Tianren Ma, Mu Zhang, Yibing Wang, Qixiang Ye

2025-10-06

Consolidating Reinforcement Learning for Multimodal Discrete Diffusion Models

Summary

This paper tackles the problem of effectively training discrete diffusion models (DDMs) using reinforcement learning, specifically when you want the model to generate diverse and high-quality outputs based on rewards.

What's the problem?

Training DDMs with rewards is difficult because they don't naturally work with the usual techniques used in reinforcement learning. Normally, you'd want to see how likely a certain action was to have led to a good outcome, but DDMs generate things all at once, not step-by-step. This makes it hard to figure out which parts of the generated output were actually responsible for the reward, and makes the learning process unstable and inefficient. Existing methods like Group Relative Policy Optimization (GRPO) struggle with this.

What's the solution?

The researchers introduce a new method called MaskGRPO. It works by first clarifying the math behind how DDMs function, which allows them to create a better way to estimate the importance of different parts of the generated output. Then, they improved the way the model explores different possibilities during training, making sure it generates a variety of outputs and gets reliable feedback for learning.

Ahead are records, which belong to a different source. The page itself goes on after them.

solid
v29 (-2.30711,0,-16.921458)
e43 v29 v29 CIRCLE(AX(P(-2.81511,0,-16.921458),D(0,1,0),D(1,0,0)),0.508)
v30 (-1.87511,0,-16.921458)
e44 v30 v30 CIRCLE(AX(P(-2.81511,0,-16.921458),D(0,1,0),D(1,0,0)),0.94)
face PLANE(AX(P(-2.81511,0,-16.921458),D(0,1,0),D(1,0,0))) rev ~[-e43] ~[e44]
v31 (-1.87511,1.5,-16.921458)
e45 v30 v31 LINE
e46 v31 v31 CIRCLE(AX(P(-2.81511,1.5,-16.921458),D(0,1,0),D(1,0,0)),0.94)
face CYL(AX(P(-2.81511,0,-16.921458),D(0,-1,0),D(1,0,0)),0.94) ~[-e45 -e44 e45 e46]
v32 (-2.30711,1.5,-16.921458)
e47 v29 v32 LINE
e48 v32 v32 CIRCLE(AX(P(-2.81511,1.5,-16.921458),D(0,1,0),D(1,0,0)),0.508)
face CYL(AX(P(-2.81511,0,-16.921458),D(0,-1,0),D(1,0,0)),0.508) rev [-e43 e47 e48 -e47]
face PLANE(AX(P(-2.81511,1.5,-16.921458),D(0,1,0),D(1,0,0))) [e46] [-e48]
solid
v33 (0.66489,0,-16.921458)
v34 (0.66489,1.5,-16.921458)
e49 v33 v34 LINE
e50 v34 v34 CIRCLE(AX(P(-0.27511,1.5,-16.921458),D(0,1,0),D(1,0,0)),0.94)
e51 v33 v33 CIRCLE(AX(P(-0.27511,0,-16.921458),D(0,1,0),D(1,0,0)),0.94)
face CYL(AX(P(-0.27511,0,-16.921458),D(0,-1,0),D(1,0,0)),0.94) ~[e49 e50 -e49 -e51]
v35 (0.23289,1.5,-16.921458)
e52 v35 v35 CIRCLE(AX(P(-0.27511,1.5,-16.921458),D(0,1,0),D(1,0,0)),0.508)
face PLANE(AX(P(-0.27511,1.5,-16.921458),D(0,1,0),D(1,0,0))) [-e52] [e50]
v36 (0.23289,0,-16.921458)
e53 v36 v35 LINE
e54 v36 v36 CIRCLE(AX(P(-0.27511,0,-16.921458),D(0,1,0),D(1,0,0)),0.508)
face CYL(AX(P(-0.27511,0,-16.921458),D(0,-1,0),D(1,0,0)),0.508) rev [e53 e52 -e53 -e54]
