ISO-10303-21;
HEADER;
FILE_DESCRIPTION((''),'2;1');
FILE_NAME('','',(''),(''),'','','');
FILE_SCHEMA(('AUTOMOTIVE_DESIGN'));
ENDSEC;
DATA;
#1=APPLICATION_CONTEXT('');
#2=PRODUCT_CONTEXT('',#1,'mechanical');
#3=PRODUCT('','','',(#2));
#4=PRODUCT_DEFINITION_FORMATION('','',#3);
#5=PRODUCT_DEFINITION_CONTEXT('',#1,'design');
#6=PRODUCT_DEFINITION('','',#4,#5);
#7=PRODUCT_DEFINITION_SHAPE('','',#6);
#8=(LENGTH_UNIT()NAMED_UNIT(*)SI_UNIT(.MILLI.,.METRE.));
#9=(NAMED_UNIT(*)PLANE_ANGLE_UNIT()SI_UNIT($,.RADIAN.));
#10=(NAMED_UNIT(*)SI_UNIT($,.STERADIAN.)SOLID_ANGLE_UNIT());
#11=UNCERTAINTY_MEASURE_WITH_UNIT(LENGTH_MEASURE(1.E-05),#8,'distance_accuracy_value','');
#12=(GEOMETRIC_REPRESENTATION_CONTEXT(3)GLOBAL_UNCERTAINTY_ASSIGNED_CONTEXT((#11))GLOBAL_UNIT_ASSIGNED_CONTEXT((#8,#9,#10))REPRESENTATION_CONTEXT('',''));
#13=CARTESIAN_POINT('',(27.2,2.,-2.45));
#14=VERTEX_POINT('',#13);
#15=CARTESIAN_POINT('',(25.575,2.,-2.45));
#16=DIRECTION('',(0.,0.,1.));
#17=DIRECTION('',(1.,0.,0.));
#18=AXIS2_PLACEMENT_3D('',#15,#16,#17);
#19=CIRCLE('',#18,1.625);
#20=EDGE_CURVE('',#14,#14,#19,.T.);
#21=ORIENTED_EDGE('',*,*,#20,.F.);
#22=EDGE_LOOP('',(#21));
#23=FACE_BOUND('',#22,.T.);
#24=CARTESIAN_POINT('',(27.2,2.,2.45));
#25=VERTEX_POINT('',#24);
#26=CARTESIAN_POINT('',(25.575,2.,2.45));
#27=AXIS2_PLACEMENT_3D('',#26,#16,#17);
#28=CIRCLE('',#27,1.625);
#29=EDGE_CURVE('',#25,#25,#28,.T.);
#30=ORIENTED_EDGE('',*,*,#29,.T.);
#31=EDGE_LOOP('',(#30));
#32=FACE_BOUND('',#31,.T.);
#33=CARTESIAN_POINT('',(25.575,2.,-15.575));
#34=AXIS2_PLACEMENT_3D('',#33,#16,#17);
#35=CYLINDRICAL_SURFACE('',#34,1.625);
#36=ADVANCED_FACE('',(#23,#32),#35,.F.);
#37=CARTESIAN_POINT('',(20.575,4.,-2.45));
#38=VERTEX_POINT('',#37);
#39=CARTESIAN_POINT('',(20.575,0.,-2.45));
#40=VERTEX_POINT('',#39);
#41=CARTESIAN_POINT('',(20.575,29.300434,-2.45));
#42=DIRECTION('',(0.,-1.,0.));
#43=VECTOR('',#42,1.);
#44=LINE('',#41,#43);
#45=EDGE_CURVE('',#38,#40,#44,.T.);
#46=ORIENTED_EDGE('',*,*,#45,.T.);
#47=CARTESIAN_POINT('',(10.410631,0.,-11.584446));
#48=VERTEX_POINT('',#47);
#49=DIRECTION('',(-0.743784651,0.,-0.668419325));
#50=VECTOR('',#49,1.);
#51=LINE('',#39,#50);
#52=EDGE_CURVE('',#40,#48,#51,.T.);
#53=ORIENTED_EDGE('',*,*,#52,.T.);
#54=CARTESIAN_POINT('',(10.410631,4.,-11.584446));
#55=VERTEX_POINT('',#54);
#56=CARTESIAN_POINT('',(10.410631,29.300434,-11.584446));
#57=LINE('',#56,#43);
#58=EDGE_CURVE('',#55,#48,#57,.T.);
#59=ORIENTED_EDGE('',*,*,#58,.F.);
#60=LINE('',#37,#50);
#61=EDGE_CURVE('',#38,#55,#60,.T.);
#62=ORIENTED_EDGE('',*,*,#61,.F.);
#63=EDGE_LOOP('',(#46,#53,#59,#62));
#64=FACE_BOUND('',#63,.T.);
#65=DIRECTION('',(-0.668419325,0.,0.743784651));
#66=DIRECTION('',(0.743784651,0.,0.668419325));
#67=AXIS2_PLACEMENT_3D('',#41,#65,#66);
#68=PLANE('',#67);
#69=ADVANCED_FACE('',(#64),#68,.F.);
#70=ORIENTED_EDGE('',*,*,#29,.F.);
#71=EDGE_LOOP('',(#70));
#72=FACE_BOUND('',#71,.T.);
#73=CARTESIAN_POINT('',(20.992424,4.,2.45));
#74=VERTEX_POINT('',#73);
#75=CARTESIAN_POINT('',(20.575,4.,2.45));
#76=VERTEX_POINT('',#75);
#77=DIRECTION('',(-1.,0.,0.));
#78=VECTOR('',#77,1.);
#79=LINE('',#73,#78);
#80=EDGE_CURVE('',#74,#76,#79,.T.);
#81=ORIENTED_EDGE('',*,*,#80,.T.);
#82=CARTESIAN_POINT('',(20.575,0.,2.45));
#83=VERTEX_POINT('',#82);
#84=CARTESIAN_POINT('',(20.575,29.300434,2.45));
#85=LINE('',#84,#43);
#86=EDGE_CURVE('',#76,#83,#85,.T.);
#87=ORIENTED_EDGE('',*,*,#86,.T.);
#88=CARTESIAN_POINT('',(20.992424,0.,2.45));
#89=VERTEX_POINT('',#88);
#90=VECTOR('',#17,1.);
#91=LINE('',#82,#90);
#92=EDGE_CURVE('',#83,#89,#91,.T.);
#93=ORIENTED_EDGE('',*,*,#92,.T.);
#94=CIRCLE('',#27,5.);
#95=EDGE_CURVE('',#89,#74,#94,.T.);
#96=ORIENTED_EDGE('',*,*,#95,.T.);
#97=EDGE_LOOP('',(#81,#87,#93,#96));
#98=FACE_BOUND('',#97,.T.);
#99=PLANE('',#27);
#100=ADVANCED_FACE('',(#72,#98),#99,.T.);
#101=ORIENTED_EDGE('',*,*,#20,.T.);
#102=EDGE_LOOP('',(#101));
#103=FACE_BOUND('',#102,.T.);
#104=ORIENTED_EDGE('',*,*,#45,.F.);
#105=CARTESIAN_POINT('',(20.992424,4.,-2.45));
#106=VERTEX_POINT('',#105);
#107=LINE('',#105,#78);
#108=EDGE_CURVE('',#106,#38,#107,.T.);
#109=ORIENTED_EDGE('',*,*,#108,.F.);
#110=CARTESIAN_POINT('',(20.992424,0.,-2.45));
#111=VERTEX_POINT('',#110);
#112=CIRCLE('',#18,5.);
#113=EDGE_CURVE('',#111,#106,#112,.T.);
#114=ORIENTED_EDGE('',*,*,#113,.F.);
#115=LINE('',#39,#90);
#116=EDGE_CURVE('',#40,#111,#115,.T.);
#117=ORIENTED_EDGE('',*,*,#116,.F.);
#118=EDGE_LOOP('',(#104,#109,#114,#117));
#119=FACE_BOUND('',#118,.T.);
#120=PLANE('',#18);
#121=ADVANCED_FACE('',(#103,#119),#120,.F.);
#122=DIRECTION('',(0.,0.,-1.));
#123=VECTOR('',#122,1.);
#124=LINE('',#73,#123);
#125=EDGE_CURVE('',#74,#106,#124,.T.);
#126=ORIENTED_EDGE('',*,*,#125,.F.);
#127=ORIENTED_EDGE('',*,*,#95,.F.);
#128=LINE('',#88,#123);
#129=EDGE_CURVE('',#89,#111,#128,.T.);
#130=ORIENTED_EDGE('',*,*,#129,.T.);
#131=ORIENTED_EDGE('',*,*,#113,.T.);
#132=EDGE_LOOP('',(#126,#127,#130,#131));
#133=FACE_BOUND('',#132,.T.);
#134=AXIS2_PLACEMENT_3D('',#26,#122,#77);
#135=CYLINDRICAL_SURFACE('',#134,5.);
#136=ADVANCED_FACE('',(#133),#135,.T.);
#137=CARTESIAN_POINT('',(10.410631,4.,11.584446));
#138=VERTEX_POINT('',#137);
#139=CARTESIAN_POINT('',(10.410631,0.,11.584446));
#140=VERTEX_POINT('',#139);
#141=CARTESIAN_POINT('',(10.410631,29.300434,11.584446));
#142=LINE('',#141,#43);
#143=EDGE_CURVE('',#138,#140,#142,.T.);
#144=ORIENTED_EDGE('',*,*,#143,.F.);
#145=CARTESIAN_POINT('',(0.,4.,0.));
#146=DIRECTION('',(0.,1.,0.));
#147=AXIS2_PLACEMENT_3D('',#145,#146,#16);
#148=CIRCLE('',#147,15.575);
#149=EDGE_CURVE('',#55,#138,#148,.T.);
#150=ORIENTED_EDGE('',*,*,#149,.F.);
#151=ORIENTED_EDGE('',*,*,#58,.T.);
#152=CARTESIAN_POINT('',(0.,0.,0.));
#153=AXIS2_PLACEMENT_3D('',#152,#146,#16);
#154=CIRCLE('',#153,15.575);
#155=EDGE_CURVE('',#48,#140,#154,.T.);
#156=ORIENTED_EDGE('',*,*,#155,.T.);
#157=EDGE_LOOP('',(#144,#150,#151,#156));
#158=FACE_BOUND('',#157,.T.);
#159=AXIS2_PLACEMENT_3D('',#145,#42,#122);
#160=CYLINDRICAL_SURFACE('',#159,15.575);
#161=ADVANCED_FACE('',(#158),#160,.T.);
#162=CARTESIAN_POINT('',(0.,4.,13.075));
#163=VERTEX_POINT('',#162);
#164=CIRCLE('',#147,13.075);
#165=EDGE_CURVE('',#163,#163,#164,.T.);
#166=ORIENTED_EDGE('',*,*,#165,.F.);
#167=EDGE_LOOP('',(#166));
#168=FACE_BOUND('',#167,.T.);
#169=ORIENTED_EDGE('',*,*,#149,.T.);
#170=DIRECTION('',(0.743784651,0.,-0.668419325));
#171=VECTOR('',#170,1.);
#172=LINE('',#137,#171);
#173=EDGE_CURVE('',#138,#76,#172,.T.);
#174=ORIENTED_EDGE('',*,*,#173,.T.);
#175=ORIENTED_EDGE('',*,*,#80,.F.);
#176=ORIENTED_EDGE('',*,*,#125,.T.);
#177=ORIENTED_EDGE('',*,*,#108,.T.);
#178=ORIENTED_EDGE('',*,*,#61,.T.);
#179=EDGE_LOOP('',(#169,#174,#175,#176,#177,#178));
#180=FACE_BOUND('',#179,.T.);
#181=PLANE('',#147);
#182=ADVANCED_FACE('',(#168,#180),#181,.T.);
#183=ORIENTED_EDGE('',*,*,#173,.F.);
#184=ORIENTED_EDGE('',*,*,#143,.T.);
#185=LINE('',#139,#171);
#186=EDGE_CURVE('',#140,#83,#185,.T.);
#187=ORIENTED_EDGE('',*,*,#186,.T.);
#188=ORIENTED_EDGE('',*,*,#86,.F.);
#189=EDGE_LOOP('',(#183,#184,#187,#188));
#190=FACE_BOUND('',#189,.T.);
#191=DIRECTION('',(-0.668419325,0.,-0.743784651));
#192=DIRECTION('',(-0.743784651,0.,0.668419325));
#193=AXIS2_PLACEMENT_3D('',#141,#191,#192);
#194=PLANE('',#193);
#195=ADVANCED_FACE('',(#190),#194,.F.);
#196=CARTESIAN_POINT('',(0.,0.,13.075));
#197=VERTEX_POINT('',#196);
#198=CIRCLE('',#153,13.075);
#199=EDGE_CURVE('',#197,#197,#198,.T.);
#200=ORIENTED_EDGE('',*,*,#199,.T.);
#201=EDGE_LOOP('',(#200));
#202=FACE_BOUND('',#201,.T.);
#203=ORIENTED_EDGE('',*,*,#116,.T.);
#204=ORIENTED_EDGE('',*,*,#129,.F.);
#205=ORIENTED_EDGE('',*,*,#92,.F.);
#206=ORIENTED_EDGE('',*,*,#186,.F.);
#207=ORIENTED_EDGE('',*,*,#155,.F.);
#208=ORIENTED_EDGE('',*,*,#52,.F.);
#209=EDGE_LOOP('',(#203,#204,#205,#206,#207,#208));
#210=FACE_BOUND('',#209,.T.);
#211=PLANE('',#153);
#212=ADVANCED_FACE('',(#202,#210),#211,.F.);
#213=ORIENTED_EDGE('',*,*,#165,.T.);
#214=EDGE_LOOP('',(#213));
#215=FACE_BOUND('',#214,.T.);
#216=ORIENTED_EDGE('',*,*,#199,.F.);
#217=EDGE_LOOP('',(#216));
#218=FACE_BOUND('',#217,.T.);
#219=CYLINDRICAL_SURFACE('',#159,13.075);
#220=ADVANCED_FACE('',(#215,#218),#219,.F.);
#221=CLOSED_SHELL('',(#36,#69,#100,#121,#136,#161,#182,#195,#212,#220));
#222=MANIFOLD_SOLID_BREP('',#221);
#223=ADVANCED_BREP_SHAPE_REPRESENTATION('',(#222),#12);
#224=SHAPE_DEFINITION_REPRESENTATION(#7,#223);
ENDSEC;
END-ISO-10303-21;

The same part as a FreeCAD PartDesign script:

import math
import FreeCAD as App
import Part
import Sketcher

doc = App.newDocument("Part")
body = doc.addObject("PartDesign::Body", "Body")

# Sketch on XZ plane
sketch1 = body.newObject("Sketcher::SketchObject", "Sketch")
sketch1.AttachmentSupport = (doc.getObject("XZ_Plane"), [""])
sketch1.MapMode = "FlatFace"
sketch1.addGeometry(Part.Circle(App.Vector(0, 0, 0), App.Vector(0, 0, 1), 16), False)
sketch1.addGeometry(Part.Circle(App.Vector(0, 0, 0), App.Vector(0, 0, 1), 13), False)
sketch1.addConstraint(Sketcher.Constraint("Coincident", 0, 3, -1, 1))
sketch1.addConstraint(Sketcher.Constraint("Coincident", 1, 3, -1, 1))
sketch1.addConstraint(Sketcher.Constraint("Diameter", 0, 31.15))
sketch1.addConstraint(Sketcher.Constraint("Diameter", 1, 26.15))
pad1 = body.newObject("PartDesign::Pad", "Pad")
pad1.Profile = sketch1
pad1.Length = 4
pad1.Reversed = True

# Sketch on XZ plane
sketch2 = body.newObject("Sketcher::SketchObject", "Sketch001")
sketch2.AttachmentSupport = (doc.getObject("XZ_Plane"), [""])
sketch2.MapMode = "FlatFace"
sketch2.addGeometry(Part.LineSegment(App.Vector(20.6, -2.5, 0), App.Vector(10.4, -11.6, 0)), False)
sketch2.addGeometry(Part.ArcOfCircle(Part.Circle(App.Vector(0, 0, 0), App.Vector(0, 0, 1), 15.6), math.radians(-48), math.radians(48)), False)
sketch2.addGeometry(Part.LineSegment(App.Vector(10.4, 11.6, 0), App.Vector(20.6, 2.5, 0)), False)
sketch2.addGeometry(Part.LineSegment(App.Vector(20.6, 2.5, 0), App.Vector(20.6, -2.5, 0)), False)
sketch2.addConstraint(Sketcher.Constraint("Tangent", 0, 2, 1, 1))
sketch2.addConstraint(Sketcher.Constraint("Tangent", 1, 2, 2, 1))
sketch2.addConstraint(Sketcher.Constraint("Coincident", 2, 2, 3, 1))
sketch2.addConstraint(Sketcher.Constraint("Coincident", 3, 2, 0, 1))
sketch2.addConstraint(Sketcher.Constraint("Vertical", 3))
sketch2.addConstraint(Sketcher.Constraint("Coincident", 1, 3, -1, 1))
sketch2.addConstraint(Sketcher.Constraint("Vertical", 0, 2, 1, 2))
sketch2.addConstraint(Sketcher.Constraint("DistanceY", 3, 2, 3, 1, 4.9))
sketch2.addConstraint(Sketcher.Constraint("Radius", 1, 15.575))
sketch2.addConstraint(Sketcher.Constraint("DistanceX", -1, 1, 2, 2, 20.575))
pad2 = body.newObject("PartDesign::Pad", "Pad001")
pad2.Profile = sketch2
pad2.Length = 4
pad2.Reversed = True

Essentially, they made the reinforcement learning process more stable and efficient for these types of models.

Why it matters?

This work is important because it provides a practical way to train DDMs using reinforcement learning, opening the door to better performance in tasks like math reasoning, coding, and generating images. It's the first method that can reliably and efficiently optimize these models, which could lead to significant improvements in the quality and capabilities of AI systems that generate complex outputs.

Abstract

Optimizing discrete diffusion model (DDM) with rewards remains a challenge: the non-autoregressive paradigm makes importance sampling intractable and rollout complex, puzzling reinforcement learning methods such as Group Relative Policy Optimization (GRPO). In this study, we introduce MaskGRPO, the first viable approach to enable scalable multimodal reinforcement learning in discrete diffusion with effective importance sampling and modality-specific adaptations. To this end, we first clarify the theoretical foundation for DDMs, which facilitates building an importance estimator that captures valuable token fluctuation for gradient updates. We then delicately tailored the rollout method for visual sequences, which yields diverse completions and reliable optimization gradients. Upon math reasoning, coding, and visual generation benchmarks, MaskGRPO brings more stable and efficient updates, leading to stronger reasoning performance and better generation quality. This study establishes MaskGRPO as a systematic policy optimization approach and the first practical way for discretized visual diffusion.